* Problem to work on
Please repeat exactly the lines below from the one containing "#9=(NAMED_UNIT(*)PLANE_ANGLE_UNIT()SI_UNIT($,.RADIAN.));" down to the one containing "#30=ORIENTED_EDGE('',*,*,#21,.T.);", both included, and nothing else.
________________
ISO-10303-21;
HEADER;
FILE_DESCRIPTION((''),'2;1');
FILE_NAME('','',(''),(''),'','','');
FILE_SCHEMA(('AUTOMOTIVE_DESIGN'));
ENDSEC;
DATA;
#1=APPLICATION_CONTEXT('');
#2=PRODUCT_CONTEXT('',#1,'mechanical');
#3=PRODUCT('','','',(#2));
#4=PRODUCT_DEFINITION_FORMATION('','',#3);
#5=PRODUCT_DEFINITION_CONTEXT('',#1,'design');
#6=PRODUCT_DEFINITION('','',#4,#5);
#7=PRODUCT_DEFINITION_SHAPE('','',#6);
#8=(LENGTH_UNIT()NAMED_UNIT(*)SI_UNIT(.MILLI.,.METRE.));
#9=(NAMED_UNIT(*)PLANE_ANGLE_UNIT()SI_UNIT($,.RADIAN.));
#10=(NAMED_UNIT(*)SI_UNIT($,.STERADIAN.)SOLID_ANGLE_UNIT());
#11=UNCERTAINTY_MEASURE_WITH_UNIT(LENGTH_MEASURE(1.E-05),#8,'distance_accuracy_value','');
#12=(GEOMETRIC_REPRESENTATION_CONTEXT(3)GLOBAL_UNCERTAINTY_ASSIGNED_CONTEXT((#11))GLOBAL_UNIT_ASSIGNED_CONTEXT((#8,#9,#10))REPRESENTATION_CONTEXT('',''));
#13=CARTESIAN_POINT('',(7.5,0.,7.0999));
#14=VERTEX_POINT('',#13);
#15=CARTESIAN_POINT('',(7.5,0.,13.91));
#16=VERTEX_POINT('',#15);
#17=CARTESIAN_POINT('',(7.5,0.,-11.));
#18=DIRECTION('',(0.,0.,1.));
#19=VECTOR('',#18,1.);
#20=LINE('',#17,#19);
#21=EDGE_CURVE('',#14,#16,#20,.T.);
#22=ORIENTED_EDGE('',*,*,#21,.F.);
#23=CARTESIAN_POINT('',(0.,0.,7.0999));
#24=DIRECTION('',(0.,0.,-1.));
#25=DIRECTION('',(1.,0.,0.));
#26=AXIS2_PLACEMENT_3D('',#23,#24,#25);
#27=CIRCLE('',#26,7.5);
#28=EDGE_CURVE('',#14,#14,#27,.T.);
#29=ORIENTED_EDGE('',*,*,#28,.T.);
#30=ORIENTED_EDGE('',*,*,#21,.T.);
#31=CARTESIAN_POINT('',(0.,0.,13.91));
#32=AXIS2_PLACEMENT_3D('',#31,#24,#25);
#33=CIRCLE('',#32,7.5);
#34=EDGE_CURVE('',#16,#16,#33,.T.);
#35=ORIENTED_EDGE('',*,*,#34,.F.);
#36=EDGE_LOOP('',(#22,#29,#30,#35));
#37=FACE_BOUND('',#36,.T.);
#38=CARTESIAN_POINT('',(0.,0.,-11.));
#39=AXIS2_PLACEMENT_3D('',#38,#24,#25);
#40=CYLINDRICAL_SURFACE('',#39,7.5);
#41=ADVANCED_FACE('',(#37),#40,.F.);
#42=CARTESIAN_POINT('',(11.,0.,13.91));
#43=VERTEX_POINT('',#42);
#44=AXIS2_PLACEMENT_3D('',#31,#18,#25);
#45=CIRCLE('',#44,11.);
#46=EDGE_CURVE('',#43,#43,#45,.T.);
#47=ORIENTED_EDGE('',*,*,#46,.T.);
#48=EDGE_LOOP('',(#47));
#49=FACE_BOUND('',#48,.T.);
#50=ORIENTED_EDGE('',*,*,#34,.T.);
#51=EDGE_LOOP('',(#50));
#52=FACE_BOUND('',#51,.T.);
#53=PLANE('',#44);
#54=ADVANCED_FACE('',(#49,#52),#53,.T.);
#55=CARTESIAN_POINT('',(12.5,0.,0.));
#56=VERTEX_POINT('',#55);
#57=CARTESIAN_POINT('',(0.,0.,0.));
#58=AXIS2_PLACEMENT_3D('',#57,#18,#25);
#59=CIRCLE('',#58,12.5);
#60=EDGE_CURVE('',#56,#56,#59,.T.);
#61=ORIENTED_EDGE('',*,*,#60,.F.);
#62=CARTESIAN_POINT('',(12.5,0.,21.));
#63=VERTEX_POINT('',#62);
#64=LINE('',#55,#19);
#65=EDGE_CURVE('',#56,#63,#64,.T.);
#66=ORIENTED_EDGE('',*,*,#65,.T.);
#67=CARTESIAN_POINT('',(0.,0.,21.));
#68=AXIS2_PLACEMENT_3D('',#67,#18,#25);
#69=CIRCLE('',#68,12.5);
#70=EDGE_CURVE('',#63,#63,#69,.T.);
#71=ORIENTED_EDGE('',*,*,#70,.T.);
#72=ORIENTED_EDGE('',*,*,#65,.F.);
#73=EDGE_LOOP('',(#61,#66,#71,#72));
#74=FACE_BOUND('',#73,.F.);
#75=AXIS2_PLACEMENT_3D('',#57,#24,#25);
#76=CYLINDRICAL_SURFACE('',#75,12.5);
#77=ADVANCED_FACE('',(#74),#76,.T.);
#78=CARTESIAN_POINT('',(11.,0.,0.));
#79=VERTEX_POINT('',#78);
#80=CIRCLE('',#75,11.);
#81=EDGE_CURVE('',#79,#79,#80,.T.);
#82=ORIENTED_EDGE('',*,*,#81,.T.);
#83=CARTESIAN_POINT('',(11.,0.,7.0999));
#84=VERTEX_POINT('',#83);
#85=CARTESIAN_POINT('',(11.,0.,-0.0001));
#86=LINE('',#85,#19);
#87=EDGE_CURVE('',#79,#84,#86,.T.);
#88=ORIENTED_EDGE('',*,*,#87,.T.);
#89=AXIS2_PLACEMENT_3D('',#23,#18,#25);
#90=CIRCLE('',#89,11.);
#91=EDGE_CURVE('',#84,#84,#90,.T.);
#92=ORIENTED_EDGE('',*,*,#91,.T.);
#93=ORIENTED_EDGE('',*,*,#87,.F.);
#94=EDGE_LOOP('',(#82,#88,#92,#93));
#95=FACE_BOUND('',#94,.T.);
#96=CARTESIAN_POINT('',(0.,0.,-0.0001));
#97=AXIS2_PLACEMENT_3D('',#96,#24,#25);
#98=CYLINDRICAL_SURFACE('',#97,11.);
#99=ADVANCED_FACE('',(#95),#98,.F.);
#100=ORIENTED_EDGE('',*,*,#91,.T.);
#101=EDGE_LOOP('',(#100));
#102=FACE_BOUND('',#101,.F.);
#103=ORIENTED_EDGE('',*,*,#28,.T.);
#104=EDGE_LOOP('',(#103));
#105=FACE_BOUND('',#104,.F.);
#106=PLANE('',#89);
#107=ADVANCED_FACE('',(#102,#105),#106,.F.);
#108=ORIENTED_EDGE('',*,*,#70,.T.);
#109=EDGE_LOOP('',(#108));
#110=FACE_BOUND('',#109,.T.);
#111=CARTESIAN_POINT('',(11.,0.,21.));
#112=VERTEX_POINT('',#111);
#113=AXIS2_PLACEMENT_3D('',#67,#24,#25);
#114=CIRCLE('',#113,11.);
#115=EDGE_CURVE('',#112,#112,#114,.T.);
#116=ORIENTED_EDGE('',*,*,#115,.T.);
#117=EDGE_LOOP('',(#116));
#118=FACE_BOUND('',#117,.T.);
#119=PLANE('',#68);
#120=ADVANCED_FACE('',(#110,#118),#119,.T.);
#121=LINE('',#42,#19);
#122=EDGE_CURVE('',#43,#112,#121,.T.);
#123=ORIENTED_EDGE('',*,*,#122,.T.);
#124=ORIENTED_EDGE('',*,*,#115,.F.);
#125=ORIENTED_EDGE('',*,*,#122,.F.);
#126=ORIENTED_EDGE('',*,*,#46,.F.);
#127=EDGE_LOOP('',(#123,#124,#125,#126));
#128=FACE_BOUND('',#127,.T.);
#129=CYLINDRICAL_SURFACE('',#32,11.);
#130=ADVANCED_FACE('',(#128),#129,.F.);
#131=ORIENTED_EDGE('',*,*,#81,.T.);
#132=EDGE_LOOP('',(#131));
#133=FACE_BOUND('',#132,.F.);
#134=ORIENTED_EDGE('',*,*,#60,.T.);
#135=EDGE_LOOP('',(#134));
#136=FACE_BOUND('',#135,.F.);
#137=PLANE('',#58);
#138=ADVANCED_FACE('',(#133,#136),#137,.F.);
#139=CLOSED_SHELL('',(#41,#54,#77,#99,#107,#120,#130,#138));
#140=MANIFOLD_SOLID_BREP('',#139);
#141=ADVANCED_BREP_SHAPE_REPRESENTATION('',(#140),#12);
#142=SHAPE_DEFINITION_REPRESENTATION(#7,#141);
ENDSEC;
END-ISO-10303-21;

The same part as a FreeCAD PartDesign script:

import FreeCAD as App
import Part
import Sketcher
from FreeCAD import Vector
Q = App.Units.Quantity

doc = App.newDocument("Part")
body = doc.addObject("PartDesign::Body", "Body")

sketch1 = doc.addObject("Sketcher::SketchObject", "Sketch")
body.addObject(sketch1)
sketch1.AttachmentSupport = (doc.XY_Plane, [""])
sketch1.MapMode = "FlatFace"
sketch1.AttachmentOffset = App.Placement(Vector(0, 0, 13.91), App.Rotation())
sketch1.addGeometry(Part.Circle(Vector(0, 0, 0), Vector(0, 0, 1), 11), False)
sketch1.addConstraint(Sketcher.Constraint("Coincident", 0, 3, -1, 1))
sketch1.addConstraint(Sketcher.Constraint("Diameter", 0, Q("22 mm")))
pad1 = doc.addObject("PartDesign::Pad", "Pad")
body.addObject(pad1)
pad1.Profile = sketch1
pad1.Length = 7.1
body2 = doc.addObject("PartDesign::Body", "Body001")

sketch2 = doc.addObject("Sketcher::SketchObject", "Sketch001")
body2.addObject(sketch2)
sketch2.AttachmentSupport = (doc.getObject("XY_Plane001"), [""])
sketch2.MapMode = "FlatFace"
sketch2.AttachmentOffset = App.Placement(Vector(0, 0, -0.0001), App.Rotation())
sketch2.addGeometry(Part.Circle(Vector(0, 0, 0), Vector(0, 0, 1), 11), False)
sketch2.addConstraint(Sketcher.Constraint("Coincident", 0, 3, -1, 1))
sketch2.addConstraint(Sketcher.Constraint("Diameter", 0, Q("22 mm")))
pad2 = doc.addObject("PartDesign::Pad", "Pad001")
body2.addObject(pad2)
pad2.Profile = sketch2
pad2.Length = 7.1
body3 = doc.addObject("PartDesign::Body", "Body002")

sketch3 = doc.addObject("Sketcher::SketchObject", "Sketch002")
body3.addObject(sketch3)
sketch3.AttachmentSupport = (doc.getObject("XY_Plane002"), [""])
sketch3.MapMode = "FlatFace"
sketch3.AttachmentOffset = App.Placement(Vector(0, 0, -11), App.Rotation())
sketch3.addGeometry(Part.Circle(Vector(0, 0, 0), Vector(0, 0, 1), 7.5), False)
sketch3.addConstraint(Sketcher.Constraint("Coincident", 0, 3, -1, 1))
sketch3.addConstraint(Sketcher.Constraint("Diameter", 0, Q("15 mm")))
pad3 = doc.addObject("PartDesign::Pad", "Pad002")
body3.addObject(pad3)
pad3.Profile = sketch3
pad3.Length = 50
body4 = doc.addObject("PartDesign::Body", "Body003")

sketch4 = doc.addObject("Sketcher::SketchObject", "Sketch003")
body4.addObject(sketch4)
sketch4.AttachmentSupport = (doc.getObject("XY_Plane003"), [""])
sketch4.MapMode = "FlatFace"
sketch4.addGeometry(Part.Circle(Vector(0, 0, 0), Vector(0, 0, 1), 12.5), False)
sketch4.addConstraint(Sketcher.Constraint("Coincident", 0, 3, -1, 1))
sketch4.addConstraint(Sketcher.Constraint("Diameter", 0, Q("25 mm")))
pad4 = doc.addObject("PartDesign::Pad", "Pad003")
body4.addObject(pad4)
pad4.Profile = sketch4
pad4.Length = 21
doc.recompute()

boolean = doc.addObject("PartDesign::Boolean", "Boolean")
body4.addObject(boolean)
boolean.Type = "Cut"
boolean.addObjects([body3])
doc.recompute()

boolean2 = doc.addObject("PartDesign::Boolean", "Boolean001")
body4.addObject(boolean2)
boolean2.Type = "Cut"
boolean2.addObjects([body2])
doc.recompute()

boolean3 = doc.addObject("PartDesign::Boolean", "Boolean002")
body4.addObject(boolean3)
boolean3.Type = "Cut"
boolean3.addObjects([body])

doc.recompute()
________________
* Task answer
#9=(NAMED_UNIT(*)PLANE_ANGLE_UNIT()SI_UNIT($,.RADIAN.));
#10=(NAMED_UNIT(*)SI_UNIT($,.STERADIAN.)SOLID_ANGLE_UNIT());
#11=UNCERTAINTY_MEASURE_WITH_UNIT(LENGTH_MEASURE(1.E-05),#8,'distance_accuracy_value','');
#12=(GEOMETRIC_REPRESENTATION_CONTEXT(3)GLOBAL_UNCERTAINTY_ASSIGNED_CONTEXT((#11))GLOBAL_UNIT_ASSIGNED_CONTEXT((#8,#9,#10))REPRESENTATION_CONTEXT('',''));
#13=CARTESIAN_POINT('',(7.5,0.,7.0999));
#14=VERTEX_POINT('',#13);
#15=CARTESIAN_POINT('',(7.5,0.,13.91));
#16=VERTEX_POINT('',#15);
#17=CARTESIAN_POINT('',(7.5,0.,-11.));
#18=DIRECTION('',(0.,0.,1.));
#19=VECTOR('',#18,1.);
#20=LINE('',#17,#19);
#21=EDGE_CURVE('',#14,#16,#20,.T.);
#22=ORIENTED_EDGE('',*,*,#21,.F.);
#23=CARTESIAN_POINT('',(0.,0.,7.0999));
#24=DIRECTION('',(0.,0.,-1.));
#25=DIRECTION('',(1.,0.,0.));
#26=AXIS2_PLACEMENT_3D('',#23,#24,#25);
#27=CIRCLE('',#26,7.5);
#28=EDGE_CURVE('',#14,#14,#27,.T.);
#29=ORIENTED_EDGE('',*,*,#28,.T.);
#30=ORIENTED_EDGE('',*,*,#21,.T.);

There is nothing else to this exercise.